Drawing on the resourcefulness that served her in childhood, Lu resolved to progress her career while remaining at Baylor. She diversified her training through a postdoc under neuroscientist Michael Crair. As her two sons began reaching developmental milestones, Lu grew increasingly interested in brain development. When she took on an assistant professorship in the same department, objections from traditional funders led her to a bridge grant from the American Heart Association to produce pilot data. This creative approach paid off: the resulting data earned Lu her first NIH grant, which enabled her to become a tenure-track independent investigator. 

"I had to take a very frugal approach, borrowing equipment from colleagues and collaborating extensively – which in the end made a higher impact," Lu says. 

Those studies, which used mouse models to examine synaptic transmission, caught the attention of a private foundation with an interest in neurodegeneration. After speaking with their representatives, "I began to see that aging is just the other end of development," she says. 
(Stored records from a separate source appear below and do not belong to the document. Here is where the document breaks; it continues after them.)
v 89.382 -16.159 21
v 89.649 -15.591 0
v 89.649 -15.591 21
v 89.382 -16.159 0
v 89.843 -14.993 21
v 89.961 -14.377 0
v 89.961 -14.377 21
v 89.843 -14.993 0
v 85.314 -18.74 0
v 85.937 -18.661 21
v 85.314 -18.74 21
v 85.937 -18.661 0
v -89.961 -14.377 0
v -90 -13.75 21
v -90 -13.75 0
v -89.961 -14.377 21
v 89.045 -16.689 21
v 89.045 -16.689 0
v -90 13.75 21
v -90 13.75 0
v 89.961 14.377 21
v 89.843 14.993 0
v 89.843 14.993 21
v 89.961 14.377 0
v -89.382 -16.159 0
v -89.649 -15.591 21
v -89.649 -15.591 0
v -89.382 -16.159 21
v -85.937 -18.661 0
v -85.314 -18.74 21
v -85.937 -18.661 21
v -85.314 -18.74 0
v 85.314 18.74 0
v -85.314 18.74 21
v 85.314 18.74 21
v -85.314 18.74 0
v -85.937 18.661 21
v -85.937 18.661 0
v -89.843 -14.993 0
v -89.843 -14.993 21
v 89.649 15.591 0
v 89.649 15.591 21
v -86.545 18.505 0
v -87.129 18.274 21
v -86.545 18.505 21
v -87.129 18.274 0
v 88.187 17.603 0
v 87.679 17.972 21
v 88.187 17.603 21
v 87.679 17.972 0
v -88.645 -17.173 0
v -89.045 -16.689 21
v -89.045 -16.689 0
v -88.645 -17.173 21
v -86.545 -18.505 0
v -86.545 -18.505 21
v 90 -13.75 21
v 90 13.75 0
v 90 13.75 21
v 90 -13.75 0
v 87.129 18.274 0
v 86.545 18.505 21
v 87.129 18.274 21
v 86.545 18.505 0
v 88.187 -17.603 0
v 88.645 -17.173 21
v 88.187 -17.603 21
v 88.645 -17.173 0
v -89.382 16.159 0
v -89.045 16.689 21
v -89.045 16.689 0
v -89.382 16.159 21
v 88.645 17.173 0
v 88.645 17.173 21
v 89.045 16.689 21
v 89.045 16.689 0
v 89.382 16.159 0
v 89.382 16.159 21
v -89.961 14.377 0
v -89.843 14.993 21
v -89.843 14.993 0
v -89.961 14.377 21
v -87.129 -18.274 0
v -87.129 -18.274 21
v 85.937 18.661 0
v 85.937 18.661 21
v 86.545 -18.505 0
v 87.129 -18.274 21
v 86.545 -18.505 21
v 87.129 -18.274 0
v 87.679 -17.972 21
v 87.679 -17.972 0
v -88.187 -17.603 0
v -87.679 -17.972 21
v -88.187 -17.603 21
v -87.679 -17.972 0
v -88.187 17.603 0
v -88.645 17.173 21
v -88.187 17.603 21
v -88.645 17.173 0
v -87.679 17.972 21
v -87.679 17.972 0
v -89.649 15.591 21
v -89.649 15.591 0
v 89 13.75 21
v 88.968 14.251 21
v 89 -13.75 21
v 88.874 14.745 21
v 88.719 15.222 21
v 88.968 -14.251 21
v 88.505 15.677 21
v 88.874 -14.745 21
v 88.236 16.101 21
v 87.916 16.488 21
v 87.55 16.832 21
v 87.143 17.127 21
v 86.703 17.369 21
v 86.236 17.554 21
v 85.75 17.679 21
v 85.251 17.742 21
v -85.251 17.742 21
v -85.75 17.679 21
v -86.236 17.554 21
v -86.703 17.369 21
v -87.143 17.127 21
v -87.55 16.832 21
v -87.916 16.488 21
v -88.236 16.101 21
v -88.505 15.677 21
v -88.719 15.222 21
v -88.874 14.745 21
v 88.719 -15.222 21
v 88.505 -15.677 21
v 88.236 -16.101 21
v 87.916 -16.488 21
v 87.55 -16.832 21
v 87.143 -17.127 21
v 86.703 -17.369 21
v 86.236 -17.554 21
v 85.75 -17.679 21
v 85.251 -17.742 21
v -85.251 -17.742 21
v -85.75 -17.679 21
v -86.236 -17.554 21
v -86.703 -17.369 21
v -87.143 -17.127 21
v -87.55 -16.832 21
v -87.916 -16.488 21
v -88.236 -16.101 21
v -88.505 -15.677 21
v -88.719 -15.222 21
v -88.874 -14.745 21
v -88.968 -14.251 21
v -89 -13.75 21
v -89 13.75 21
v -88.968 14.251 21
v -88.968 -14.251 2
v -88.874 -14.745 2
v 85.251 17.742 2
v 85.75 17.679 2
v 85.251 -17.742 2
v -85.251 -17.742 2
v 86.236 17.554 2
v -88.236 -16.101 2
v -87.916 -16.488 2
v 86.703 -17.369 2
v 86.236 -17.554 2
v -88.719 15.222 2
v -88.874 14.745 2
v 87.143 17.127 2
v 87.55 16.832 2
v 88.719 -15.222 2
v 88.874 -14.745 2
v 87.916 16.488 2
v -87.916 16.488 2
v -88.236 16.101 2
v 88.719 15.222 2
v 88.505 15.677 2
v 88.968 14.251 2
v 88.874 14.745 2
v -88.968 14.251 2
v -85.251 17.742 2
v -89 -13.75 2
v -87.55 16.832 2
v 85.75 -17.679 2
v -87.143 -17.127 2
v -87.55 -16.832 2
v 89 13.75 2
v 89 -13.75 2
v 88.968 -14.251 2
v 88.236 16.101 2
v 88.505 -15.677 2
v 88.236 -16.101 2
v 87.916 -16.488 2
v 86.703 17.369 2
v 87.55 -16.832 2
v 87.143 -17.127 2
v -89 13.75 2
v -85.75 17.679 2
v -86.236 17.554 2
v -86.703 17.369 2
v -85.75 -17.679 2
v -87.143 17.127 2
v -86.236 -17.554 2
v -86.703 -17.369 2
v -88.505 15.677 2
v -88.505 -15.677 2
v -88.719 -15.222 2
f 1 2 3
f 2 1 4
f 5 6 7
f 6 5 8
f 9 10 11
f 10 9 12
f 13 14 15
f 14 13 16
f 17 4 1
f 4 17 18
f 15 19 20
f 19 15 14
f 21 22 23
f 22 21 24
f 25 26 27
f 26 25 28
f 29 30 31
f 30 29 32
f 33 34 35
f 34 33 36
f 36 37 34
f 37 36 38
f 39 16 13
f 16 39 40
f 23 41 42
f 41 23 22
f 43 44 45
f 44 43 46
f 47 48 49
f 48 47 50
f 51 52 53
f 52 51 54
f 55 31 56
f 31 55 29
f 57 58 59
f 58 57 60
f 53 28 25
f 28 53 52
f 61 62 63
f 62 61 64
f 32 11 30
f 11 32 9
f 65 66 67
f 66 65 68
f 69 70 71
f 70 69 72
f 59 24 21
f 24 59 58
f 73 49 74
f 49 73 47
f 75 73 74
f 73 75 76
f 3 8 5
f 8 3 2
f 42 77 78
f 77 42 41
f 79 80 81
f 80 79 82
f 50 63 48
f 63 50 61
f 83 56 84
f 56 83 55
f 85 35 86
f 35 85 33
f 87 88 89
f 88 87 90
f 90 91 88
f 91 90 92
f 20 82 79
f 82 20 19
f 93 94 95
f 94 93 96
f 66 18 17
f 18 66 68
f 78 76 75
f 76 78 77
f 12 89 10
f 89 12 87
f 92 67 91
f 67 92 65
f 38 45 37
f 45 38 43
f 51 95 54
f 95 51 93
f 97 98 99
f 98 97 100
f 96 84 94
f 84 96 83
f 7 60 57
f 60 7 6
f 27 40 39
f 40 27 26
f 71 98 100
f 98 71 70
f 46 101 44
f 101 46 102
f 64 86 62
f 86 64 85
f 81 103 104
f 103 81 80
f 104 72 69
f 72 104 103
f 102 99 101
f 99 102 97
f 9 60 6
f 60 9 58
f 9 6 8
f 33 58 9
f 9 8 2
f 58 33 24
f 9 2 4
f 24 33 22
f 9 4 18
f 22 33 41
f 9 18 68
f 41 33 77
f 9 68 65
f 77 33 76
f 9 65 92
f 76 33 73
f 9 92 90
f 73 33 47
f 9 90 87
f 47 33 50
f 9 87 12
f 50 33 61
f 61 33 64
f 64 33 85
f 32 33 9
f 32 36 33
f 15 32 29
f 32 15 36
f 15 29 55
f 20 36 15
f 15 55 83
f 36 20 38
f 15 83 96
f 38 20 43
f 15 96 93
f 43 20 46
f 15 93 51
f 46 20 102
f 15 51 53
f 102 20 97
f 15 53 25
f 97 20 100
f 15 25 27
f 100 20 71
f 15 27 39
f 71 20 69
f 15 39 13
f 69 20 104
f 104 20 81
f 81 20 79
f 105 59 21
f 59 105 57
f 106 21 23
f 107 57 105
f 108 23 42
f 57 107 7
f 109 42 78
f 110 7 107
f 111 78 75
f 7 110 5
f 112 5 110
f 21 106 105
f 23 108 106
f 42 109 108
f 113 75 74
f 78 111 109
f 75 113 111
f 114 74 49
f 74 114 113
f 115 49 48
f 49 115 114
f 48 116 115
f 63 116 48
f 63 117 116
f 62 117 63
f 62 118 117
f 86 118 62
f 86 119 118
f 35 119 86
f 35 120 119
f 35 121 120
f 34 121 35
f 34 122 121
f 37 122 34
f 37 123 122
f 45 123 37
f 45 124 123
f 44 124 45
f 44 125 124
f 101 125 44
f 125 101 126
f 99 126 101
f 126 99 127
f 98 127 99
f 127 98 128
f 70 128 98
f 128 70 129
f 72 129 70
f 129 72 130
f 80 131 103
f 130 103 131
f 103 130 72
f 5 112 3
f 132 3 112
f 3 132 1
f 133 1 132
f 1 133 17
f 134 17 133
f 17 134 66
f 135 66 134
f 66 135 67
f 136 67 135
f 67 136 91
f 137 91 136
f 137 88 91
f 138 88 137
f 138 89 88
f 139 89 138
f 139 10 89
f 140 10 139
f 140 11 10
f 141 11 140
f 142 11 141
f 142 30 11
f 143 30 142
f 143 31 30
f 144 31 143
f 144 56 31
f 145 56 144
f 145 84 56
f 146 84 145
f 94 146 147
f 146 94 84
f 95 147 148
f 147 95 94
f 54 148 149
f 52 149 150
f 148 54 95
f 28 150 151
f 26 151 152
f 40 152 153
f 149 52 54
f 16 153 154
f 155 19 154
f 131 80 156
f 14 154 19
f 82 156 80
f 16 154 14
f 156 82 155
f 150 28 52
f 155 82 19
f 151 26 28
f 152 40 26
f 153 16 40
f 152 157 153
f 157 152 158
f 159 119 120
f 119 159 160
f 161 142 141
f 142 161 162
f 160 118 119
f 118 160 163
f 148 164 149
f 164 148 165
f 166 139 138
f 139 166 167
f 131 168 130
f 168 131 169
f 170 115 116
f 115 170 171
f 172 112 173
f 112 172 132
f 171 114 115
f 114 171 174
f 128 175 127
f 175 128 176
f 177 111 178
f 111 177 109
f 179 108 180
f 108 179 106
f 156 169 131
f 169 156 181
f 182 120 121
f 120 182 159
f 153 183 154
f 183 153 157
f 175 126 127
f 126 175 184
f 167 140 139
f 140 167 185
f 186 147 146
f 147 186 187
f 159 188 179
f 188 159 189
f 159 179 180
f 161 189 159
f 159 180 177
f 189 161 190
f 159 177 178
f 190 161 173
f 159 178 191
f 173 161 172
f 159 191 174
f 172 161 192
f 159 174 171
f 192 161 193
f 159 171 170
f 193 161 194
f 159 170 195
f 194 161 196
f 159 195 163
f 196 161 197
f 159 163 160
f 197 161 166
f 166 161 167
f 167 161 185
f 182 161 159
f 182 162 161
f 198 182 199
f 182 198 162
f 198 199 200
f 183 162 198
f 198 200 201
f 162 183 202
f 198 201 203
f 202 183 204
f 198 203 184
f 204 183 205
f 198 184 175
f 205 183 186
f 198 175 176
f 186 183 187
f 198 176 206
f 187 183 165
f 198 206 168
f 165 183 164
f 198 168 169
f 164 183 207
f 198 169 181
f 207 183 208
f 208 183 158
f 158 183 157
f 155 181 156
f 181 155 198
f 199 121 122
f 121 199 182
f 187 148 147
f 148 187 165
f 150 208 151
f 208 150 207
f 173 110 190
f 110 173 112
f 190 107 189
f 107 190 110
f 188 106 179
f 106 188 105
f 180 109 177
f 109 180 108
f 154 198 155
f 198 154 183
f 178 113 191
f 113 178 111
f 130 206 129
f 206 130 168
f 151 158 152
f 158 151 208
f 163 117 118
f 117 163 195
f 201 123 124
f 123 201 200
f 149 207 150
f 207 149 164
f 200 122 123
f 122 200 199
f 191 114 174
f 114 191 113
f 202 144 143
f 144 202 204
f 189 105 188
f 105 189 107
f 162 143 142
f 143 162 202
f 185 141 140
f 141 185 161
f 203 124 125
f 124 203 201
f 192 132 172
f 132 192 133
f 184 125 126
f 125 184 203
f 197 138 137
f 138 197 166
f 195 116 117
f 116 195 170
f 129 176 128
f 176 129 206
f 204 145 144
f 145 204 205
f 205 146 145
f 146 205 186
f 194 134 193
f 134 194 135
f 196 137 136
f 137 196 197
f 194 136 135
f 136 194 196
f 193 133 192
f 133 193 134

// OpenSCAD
$fn = 50;


difference() {
	union() {
		hull() {
			translate(v = [-85.0000000000, 13.7500000000, 0]) {
				cylinder(h = 21, r = 5);
			}
			translate(v = [85.0000000000, 13.7500000000, 0]) {
				cylinder(h = 21, r = 5);
			}
			translate(v = [-85.0000000000, -13.7500000000, 0]) {
				cylinder(h = 21, r = 5);
			}
			translate(v = [85.0000000000, -13.7500000000, 0]) {
				cylinder(h = 21, r = 5);
			}
		}
	}
	union() {
		translate(v = [0, 0, 2]) {
			hull() {
				translate(v = [-85.0000000000, 13.7500000000, 0]) {
					cylinder(h = 19, r = 4);
				}
				translate(v = [85.0000000000, 13.7500000000, 0]) {
					cylinder(h = 19, r = 4);
				}
				translate(v = [-85.0000000000, -13.7500000000, 0]) {
					cylinder(h = 19, r = 4);
				}
				translate(v = [85.0000000000, -13.7500000000, 0]) {
					cylinder(h = 19, r = 4);
				}
			}
		}
	}
}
Approaching neurodegeneration through the lens of neurodevelopment enabled Lu to ask groundbreaking questions, such as how the body maintains the health of its neuronal networks and how "critical windows" of neuroplasticity are opened at specific points in time. In her subsequent post at Baylor’s Neurological Research Institute, and now at the Gill Center, Lu explores neural circuits over the course of the lifespan, from the effects of different inputs on neural circuit formation to the factors that can increase or prevent neurodegeneration. She is also investigating biomarkers of brain health: Lu's mouse studies indicate that elevated microRNA levels appear in the blood prior to symptoms of numerous ailments including inflammation and Alzheimer's Disease. 

Summing up her history of defying expectations and turning challenges into advantages, Lu says, "You can’t get frustrated by critics or limitations. If you are motivated and like what you do, you will find a way."